Classically tangencies problems have been studied looking geometric constructions of each case study.

Concepts **power of a point on a circle** can address the problems with a unifying approach, so that any tangency or incidences statement generally be reduced to a more generic fundamental problem tangents denominate (PFT).

The PFT can be stated as the problem of determining a circle passing through two points and is tangent to a line or to another circle.

A higher level of abstraction would replace items passing through a condition of belonging to a beam, although this approach will leave it pending for later.

We will solve the first case study stating the problem as:

Determine the circles through the points

AandBand the line tangent tor

## Analysis of the fundamental problem of tangents

In figure analysis shows that the circumference **c** center **C** can be one solution to the problem as it passes through points **A** and **B** and is tangent to the line **r**. In this figure ,in which the circumference represent solution we are looking for, we can determine properties that serve to derive a construction that allows us to determine it.

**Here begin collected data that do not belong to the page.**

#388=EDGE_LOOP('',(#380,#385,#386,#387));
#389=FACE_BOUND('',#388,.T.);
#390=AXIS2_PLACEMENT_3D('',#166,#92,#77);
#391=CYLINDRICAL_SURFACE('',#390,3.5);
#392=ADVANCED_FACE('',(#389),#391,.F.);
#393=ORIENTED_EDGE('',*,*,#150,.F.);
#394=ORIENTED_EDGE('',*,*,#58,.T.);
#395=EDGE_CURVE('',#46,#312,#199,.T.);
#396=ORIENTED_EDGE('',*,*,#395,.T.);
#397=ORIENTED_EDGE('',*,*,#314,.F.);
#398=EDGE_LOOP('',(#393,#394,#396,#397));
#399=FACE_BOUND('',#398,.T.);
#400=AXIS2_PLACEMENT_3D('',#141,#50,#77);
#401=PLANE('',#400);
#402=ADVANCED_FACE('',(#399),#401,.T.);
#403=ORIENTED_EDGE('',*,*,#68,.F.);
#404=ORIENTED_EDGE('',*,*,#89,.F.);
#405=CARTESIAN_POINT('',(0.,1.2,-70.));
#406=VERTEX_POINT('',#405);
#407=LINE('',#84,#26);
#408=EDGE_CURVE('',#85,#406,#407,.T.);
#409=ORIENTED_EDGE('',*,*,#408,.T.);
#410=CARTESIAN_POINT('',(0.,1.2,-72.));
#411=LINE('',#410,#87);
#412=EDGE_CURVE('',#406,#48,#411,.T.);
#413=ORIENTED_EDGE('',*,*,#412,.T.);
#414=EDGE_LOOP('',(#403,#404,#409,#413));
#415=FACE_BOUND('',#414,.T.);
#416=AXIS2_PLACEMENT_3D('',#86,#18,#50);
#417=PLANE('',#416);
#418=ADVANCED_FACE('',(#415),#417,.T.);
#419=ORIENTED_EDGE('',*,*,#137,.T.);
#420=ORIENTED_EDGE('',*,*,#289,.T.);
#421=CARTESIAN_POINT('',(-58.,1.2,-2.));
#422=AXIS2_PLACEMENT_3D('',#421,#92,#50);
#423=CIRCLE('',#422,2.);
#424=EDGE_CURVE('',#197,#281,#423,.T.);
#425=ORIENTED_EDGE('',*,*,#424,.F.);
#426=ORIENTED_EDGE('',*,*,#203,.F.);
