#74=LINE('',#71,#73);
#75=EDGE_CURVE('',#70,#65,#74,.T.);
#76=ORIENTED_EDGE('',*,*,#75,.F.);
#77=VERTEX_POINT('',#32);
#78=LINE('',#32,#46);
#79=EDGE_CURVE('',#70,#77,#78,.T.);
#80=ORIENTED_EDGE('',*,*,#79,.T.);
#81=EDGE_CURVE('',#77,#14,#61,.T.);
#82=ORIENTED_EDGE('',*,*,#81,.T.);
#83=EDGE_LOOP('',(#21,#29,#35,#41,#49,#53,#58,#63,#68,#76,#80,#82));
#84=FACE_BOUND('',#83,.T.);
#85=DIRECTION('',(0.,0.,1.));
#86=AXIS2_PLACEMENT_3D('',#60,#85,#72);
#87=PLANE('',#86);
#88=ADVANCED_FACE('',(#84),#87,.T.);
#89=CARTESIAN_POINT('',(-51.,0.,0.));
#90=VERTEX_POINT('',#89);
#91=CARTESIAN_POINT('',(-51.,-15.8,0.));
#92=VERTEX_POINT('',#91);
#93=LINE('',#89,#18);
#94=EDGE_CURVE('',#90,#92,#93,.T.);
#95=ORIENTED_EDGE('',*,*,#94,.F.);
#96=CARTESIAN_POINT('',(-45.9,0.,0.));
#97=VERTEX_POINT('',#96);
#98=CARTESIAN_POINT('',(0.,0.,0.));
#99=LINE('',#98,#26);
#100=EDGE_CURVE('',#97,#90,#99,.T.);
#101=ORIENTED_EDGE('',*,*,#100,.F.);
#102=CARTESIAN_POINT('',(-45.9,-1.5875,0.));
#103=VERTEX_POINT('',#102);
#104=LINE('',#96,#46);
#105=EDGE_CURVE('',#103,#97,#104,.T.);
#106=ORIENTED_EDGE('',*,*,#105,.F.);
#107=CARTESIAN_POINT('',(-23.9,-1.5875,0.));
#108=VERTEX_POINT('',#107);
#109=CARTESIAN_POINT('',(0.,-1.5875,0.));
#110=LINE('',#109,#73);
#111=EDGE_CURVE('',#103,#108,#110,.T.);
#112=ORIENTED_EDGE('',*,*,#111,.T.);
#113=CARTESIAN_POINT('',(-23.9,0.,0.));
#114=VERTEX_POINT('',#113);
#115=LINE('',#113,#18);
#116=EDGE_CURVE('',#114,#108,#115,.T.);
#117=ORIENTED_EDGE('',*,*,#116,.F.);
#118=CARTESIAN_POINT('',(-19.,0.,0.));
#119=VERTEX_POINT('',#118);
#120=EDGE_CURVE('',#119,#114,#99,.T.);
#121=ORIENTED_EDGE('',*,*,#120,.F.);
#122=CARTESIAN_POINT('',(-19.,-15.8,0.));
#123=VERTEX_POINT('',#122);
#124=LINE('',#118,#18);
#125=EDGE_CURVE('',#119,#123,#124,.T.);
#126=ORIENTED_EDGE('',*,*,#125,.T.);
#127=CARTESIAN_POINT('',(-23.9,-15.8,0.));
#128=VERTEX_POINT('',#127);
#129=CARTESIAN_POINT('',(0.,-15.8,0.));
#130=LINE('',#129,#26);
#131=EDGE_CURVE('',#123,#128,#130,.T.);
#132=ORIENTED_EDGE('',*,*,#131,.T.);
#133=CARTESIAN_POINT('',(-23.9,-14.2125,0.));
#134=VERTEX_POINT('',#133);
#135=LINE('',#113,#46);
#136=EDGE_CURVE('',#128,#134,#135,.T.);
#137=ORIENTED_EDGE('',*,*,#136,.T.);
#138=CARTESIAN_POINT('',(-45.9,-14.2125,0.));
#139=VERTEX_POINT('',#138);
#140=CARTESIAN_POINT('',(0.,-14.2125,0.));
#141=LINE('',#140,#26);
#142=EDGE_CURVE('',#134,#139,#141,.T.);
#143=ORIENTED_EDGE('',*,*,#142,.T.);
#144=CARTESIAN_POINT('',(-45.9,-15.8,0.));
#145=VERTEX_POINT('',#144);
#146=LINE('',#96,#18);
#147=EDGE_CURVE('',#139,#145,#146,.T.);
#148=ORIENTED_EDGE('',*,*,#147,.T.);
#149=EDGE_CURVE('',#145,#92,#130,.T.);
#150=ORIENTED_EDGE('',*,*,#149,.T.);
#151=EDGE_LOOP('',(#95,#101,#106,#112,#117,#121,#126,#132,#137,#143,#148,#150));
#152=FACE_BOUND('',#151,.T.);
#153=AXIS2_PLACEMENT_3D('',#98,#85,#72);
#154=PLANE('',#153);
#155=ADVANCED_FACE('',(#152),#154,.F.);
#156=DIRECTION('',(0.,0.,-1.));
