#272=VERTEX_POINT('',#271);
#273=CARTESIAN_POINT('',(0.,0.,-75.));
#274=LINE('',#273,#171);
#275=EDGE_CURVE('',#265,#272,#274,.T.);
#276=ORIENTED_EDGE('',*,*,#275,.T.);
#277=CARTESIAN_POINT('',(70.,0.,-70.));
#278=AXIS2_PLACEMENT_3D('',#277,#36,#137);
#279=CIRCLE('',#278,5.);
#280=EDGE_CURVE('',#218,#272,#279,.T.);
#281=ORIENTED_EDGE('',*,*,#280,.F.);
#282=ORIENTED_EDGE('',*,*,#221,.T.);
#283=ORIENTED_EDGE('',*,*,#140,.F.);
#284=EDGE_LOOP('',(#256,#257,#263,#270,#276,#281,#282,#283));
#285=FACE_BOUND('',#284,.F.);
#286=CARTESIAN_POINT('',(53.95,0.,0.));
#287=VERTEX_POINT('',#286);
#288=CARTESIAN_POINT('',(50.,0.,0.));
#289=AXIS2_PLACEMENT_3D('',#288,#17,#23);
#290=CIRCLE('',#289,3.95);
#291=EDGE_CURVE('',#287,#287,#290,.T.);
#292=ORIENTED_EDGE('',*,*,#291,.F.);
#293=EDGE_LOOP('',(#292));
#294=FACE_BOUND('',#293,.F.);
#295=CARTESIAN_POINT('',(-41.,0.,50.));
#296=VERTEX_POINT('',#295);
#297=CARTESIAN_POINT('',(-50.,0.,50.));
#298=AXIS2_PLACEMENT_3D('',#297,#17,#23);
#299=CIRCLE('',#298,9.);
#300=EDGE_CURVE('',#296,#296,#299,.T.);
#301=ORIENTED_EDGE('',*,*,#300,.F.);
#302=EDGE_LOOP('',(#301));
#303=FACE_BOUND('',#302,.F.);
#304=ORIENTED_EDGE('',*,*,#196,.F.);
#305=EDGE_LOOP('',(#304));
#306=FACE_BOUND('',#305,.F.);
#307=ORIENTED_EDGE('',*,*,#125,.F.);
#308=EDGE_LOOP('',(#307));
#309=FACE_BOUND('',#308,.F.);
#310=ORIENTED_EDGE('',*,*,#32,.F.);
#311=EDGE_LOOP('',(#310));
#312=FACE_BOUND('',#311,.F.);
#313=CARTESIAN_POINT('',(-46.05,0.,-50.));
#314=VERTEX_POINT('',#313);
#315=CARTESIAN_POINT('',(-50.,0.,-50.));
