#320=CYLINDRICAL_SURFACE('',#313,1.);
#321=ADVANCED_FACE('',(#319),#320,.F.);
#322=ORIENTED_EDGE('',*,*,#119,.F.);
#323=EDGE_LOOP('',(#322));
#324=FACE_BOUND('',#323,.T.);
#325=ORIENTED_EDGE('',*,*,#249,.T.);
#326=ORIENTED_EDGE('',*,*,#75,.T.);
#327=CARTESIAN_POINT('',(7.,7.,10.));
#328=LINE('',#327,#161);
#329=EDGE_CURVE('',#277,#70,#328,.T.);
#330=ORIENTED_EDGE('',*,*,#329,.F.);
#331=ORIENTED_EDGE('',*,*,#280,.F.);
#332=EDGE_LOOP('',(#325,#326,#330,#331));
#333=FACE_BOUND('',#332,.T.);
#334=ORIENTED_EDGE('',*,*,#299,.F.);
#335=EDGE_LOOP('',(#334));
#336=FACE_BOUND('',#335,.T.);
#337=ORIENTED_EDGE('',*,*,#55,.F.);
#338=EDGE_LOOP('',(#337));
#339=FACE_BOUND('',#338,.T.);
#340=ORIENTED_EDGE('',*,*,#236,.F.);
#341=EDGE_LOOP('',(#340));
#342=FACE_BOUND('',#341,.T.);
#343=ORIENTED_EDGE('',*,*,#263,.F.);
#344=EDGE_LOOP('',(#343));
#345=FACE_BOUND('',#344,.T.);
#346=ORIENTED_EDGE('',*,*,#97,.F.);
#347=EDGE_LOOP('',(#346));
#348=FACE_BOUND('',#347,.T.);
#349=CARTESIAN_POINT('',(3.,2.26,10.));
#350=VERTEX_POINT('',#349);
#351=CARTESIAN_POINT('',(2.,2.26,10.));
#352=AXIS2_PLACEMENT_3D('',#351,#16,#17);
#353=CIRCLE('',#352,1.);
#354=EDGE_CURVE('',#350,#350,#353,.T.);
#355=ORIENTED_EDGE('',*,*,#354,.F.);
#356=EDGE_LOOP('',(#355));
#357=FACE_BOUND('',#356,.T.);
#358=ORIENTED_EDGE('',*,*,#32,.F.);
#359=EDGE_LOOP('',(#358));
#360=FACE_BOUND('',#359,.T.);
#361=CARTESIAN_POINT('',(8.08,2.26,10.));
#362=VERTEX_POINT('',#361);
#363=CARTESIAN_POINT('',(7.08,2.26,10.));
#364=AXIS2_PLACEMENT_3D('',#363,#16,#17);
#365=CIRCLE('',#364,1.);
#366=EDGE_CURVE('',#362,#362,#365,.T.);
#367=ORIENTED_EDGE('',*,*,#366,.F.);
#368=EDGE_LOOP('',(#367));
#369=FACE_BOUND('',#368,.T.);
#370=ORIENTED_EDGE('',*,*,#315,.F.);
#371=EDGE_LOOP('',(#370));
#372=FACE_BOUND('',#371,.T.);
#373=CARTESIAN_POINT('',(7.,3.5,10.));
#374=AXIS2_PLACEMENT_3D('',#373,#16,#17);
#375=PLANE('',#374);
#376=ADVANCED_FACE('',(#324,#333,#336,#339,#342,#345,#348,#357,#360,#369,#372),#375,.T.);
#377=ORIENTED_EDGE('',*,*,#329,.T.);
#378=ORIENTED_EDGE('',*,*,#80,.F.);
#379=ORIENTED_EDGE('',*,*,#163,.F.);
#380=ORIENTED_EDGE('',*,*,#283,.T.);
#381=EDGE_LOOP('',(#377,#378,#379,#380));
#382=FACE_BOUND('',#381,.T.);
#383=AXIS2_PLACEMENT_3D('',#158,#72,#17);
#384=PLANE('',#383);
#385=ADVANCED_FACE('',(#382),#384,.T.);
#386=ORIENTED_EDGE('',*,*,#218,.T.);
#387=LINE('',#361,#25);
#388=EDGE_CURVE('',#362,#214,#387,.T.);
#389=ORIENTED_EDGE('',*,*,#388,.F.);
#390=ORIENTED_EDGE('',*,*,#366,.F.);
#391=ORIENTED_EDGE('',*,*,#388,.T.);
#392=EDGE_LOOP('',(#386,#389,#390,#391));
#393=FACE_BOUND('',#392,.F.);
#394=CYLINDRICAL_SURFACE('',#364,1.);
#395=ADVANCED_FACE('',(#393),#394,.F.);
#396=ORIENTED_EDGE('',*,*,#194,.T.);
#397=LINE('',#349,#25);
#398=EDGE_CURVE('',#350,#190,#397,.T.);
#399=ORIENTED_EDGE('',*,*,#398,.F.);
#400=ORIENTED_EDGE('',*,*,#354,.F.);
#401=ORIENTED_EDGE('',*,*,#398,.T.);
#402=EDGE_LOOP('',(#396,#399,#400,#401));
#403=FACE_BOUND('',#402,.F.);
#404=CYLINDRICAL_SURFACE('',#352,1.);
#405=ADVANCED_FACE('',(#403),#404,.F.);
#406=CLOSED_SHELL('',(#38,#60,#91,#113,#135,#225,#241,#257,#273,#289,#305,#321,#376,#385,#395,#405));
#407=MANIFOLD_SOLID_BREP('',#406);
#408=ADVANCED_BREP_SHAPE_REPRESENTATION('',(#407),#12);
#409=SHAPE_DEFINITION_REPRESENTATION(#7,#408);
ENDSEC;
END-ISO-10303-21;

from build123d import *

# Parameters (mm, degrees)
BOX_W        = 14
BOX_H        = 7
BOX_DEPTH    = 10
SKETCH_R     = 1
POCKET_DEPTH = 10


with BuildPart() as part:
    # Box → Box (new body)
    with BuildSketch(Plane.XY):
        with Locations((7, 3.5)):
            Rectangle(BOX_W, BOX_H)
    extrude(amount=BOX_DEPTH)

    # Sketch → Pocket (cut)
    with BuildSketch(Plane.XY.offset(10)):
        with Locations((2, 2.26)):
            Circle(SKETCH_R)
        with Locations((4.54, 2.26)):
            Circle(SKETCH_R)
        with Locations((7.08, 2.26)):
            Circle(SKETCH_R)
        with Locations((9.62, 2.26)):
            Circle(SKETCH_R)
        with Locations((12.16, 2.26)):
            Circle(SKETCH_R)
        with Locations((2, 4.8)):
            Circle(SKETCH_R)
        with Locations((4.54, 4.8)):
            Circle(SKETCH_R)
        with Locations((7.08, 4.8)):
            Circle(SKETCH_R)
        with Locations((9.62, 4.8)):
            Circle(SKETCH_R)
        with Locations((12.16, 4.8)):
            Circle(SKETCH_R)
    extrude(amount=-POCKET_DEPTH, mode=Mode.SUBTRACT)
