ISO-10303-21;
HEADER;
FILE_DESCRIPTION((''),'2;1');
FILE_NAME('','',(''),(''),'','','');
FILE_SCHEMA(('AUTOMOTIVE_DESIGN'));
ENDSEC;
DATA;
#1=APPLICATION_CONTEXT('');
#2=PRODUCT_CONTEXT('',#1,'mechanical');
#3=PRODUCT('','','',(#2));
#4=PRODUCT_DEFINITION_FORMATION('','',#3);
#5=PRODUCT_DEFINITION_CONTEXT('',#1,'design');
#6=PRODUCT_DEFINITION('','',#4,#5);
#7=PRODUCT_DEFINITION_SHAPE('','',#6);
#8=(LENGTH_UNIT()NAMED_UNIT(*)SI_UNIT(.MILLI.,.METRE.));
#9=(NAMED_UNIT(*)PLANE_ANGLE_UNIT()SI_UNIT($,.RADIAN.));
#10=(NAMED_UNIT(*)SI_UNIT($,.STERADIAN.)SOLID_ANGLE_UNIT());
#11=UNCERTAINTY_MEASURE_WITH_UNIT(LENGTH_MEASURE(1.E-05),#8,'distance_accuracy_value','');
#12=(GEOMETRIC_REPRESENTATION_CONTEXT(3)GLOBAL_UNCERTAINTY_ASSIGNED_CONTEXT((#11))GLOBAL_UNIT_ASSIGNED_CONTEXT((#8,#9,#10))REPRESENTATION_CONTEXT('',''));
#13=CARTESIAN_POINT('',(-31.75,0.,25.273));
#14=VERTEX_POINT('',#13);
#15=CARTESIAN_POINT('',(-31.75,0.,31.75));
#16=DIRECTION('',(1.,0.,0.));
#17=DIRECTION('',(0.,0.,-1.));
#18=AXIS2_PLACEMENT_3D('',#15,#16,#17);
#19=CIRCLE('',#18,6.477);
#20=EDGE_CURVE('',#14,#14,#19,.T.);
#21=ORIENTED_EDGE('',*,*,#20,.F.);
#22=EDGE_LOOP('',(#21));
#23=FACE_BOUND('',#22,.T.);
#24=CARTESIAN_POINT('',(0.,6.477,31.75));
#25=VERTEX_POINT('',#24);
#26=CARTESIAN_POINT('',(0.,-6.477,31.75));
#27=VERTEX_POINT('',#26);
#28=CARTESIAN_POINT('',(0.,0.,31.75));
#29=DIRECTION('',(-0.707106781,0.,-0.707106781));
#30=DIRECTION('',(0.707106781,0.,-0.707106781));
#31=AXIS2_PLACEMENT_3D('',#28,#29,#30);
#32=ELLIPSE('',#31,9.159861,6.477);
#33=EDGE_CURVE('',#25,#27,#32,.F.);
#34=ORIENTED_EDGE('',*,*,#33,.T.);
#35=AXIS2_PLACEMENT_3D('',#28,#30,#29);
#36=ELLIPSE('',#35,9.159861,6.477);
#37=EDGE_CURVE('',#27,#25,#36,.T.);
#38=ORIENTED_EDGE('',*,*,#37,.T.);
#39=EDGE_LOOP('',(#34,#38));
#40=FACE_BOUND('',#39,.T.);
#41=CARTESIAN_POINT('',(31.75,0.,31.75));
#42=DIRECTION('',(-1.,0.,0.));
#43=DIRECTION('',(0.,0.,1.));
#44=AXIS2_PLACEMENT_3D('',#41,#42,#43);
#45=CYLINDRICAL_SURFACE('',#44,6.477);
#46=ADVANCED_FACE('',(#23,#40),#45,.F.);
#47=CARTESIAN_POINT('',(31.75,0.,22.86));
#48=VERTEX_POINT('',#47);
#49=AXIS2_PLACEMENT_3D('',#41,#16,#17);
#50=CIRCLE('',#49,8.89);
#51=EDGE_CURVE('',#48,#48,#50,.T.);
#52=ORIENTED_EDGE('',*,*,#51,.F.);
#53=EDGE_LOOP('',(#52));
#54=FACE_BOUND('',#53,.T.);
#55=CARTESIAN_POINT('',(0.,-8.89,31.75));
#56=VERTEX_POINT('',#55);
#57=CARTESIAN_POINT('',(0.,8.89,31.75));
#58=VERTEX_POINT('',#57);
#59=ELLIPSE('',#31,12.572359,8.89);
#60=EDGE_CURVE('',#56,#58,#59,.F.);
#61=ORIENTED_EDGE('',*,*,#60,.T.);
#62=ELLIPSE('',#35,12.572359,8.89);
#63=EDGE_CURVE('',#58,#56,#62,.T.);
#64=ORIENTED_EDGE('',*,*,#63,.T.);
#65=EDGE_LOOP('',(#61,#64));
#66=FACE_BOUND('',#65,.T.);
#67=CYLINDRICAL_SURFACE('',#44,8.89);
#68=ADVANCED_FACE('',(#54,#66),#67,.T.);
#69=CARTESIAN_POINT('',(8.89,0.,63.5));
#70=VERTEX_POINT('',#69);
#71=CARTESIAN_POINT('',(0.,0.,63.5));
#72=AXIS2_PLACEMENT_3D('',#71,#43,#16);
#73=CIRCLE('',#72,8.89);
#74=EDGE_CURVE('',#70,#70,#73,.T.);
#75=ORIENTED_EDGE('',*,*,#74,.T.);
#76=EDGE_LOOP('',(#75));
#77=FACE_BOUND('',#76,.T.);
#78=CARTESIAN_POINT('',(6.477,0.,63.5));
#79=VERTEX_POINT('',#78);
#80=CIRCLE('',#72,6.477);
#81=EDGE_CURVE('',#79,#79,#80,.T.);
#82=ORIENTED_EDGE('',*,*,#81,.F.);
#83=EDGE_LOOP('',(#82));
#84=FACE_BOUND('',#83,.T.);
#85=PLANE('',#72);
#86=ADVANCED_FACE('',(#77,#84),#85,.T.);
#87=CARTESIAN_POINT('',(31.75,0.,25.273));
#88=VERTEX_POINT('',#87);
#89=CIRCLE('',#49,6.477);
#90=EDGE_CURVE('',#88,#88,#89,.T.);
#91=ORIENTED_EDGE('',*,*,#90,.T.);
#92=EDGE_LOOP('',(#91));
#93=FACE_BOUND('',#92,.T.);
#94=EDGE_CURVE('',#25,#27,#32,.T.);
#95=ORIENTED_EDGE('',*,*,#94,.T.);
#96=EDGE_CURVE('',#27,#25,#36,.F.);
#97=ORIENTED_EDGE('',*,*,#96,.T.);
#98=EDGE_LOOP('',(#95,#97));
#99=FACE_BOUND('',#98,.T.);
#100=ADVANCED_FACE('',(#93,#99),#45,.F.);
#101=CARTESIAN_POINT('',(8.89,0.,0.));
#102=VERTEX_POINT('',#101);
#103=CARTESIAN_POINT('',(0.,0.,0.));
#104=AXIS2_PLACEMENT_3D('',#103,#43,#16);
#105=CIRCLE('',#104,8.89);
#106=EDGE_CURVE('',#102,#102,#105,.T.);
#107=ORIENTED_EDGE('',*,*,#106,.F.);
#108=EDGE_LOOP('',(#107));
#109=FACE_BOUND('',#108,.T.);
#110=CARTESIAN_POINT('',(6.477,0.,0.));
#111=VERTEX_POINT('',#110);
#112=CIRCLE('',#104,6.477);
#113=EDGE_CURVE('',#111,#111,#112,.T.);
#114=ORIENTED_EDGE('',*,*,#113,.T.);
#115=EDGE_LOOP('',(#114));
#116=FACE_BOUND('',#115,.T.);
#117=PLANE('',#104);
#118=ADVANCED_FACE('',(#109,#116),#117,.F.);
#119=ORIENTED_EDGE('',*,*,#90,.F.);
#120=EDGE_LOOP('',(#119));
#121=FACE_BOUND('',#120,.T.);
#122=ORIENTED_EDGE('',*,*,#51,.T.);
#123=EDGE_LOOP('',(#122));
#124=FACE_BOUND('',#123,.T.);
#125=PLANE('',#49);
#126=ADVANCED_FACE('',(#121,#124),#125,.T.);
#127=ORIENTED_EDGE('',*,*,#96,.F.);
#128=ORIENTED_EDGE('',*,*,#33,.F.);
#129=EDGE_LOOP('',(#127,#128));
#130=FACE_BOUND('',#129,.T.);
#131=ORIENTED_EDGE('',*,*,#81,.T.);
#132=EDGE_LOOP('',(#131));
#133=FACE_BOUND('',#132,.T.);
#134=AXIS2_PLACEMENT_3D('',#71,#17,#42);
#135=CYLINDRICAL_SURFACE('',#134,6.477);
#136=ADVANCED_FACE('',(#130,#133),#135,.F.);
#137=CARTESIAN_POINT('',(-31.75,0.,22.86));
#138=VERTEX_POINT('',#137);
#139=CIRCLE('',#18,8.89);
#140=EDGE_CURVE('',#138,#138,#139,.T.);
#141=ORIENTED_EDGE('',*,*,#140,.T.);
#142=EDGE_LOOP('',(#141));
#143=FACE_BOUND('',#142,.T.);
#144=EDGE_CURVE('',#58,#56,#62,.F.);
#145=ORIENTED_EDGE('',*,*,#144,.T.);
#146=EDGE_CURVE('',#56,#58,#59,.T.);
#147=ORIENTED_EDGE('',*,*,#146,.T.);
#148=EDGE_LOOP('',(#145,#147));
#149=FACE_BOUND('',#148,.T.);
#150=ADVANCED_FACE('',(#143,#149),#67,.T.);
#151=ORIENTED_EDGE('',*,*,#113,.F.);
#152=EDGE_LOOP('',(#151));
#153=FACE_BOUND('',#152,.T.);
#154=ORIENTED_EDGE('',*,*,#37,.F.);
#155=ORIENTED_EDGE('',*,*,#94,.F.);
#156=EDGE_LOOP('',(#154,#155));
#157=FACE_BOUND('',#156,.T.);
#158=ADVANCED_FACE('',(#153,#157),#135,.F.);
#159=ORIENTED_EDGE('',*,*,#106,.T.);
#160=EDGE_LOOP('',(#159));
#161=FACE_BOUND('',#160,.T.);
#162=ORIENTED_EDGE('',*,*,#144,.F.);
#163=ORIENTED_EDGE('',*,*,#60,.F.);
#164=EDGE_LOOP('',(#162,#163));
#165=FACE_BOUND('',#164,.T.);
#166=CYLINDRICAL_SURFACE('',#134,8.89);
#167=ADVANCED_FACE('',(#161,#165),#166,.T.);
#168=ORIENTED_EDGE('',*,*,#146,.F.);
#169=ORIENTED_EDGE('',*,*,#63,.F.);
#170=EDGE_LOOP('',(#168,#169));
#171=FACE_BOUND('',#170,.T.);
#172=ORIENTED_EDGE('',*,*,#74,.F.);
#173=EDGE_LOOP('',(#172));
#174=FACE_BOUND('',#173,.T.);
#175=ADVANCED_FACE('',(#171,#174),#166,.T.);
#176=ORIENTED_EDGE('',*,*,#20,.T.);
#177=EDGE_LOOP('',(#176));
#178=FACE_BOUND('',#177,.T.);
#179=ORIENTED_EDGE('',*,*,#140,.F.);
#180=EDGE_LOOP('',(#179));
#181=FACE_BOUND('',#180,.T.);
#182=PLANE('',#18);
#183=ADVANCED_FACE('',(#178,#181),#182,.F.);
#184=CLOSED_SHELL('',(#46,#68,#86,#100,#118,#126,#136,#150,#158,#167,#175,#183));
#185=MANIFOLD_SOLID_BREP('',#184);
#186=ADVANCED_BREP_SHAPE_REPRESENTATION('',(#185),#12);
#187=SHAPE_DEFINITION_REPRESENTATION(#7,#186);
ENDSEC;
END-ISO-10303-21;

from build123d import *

# Parameters (mm, degrees)
SKETCH1_R           = 8.89
SKETCH1_R_2         = 6.477
BOSS_EXTRUDE1_DEPTH = 63.5
SKETCH2_R           = 8.89
SKETCH2_R_2         = 6.477
BOSS_EXTRUDE2_DEPTH = 31.75
SKETCH4_R           = 6.477
CUT_EXTRUDE1_DEPTH  = 64.5000001
SKETCH5_R           = 6.477
CUT_EXTRUDE2_DEPTH  = 64.5000001


with BuildPart() as part:
    # Sketch1 → Boss-Extrude1 (new body)
    with BuildSketch(Plane.XY):
        Circle(SKETCH1_R)
        Circle(SKETCH1_R_2, mode=Mode.SUBTRACT)
    extrude(amount=BOSS_EXTRUDE1_DEPTH)

    # Sketch2 → Boss-Extrude2 (add, symmetric)
    with BuildSketch(Plane(origin=(0, 0, 0), x_dir=(0, 0, -1), z_dir=(1, 0, 0))):
        with Locations((-31.75, 0)):
            Circle(SKETCH2_R)
        with Locations((-31.75, 0)):
            Circle(SKETCH2_R_2, mode=Mode.SUBTRACT)
    extrude(amount=BOSS_EXTRUDE2_DEPTH, both=True)

    # Sketch4 → Cut-Extrude1 (cut, through all)
    with BuildSketch(Plane(origin=(0, 0, 0), x_dir=(-1, 0, 0), z_dir=(0, 0, -1))):
        Circle(SKETCH4_R)
    extrude(amount=-CUT_EXTRUDE1_DEPTH, mode=Mode.SUBTRACT)

    # Sketch5 → Cut-Extrude2 (cut, through all)
    with BuildSketch(Plane(origin=(31.75, 0, 0), x_dir=(0, 0, -1), z_dir=(1, 0, 0))):
        with Locations((-31.75, 0)):
            Circle(SKETCH5_R)
    extrude(amount=-CUT_EXTRUDE2_DEPTH, mode=Mode.SUBTRACT)


solid = part.part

The line through the points **A** and **B** the short straight **r** at a point **P**. The potency of this point on the circumference is:

From the above expression we deduce that if we get the segment value **PT** (Power root) we get the point **T** tangent and the problem reduces to determining the circle through three points: **A**, **B** and **T** (its center will be at the intersection of two bisectors).

## Resolving the problem.

Determine the value of the power by one of the constructions used to solve proportional means:

As the power point **P** with respect to any circle through the points **A** and **B** is the same, We can use an auxiliary circle of any radius passing through these points, as shown in the center figure **O1**, located on the bisector of **A** and **B**.

The power value obtaining determine the tangent segment from **P** this auxiliary circle; for this, build a **arc able 90 grados** the segment **PO1**

The segment value tangency ( **P-T1**) take it on the line **r** to determine the point **T** of tangency with a simple twist of center **P**.

## Solution Number

Depending on the direction in which we take the segment **PT** get one or other of the two possible solutions.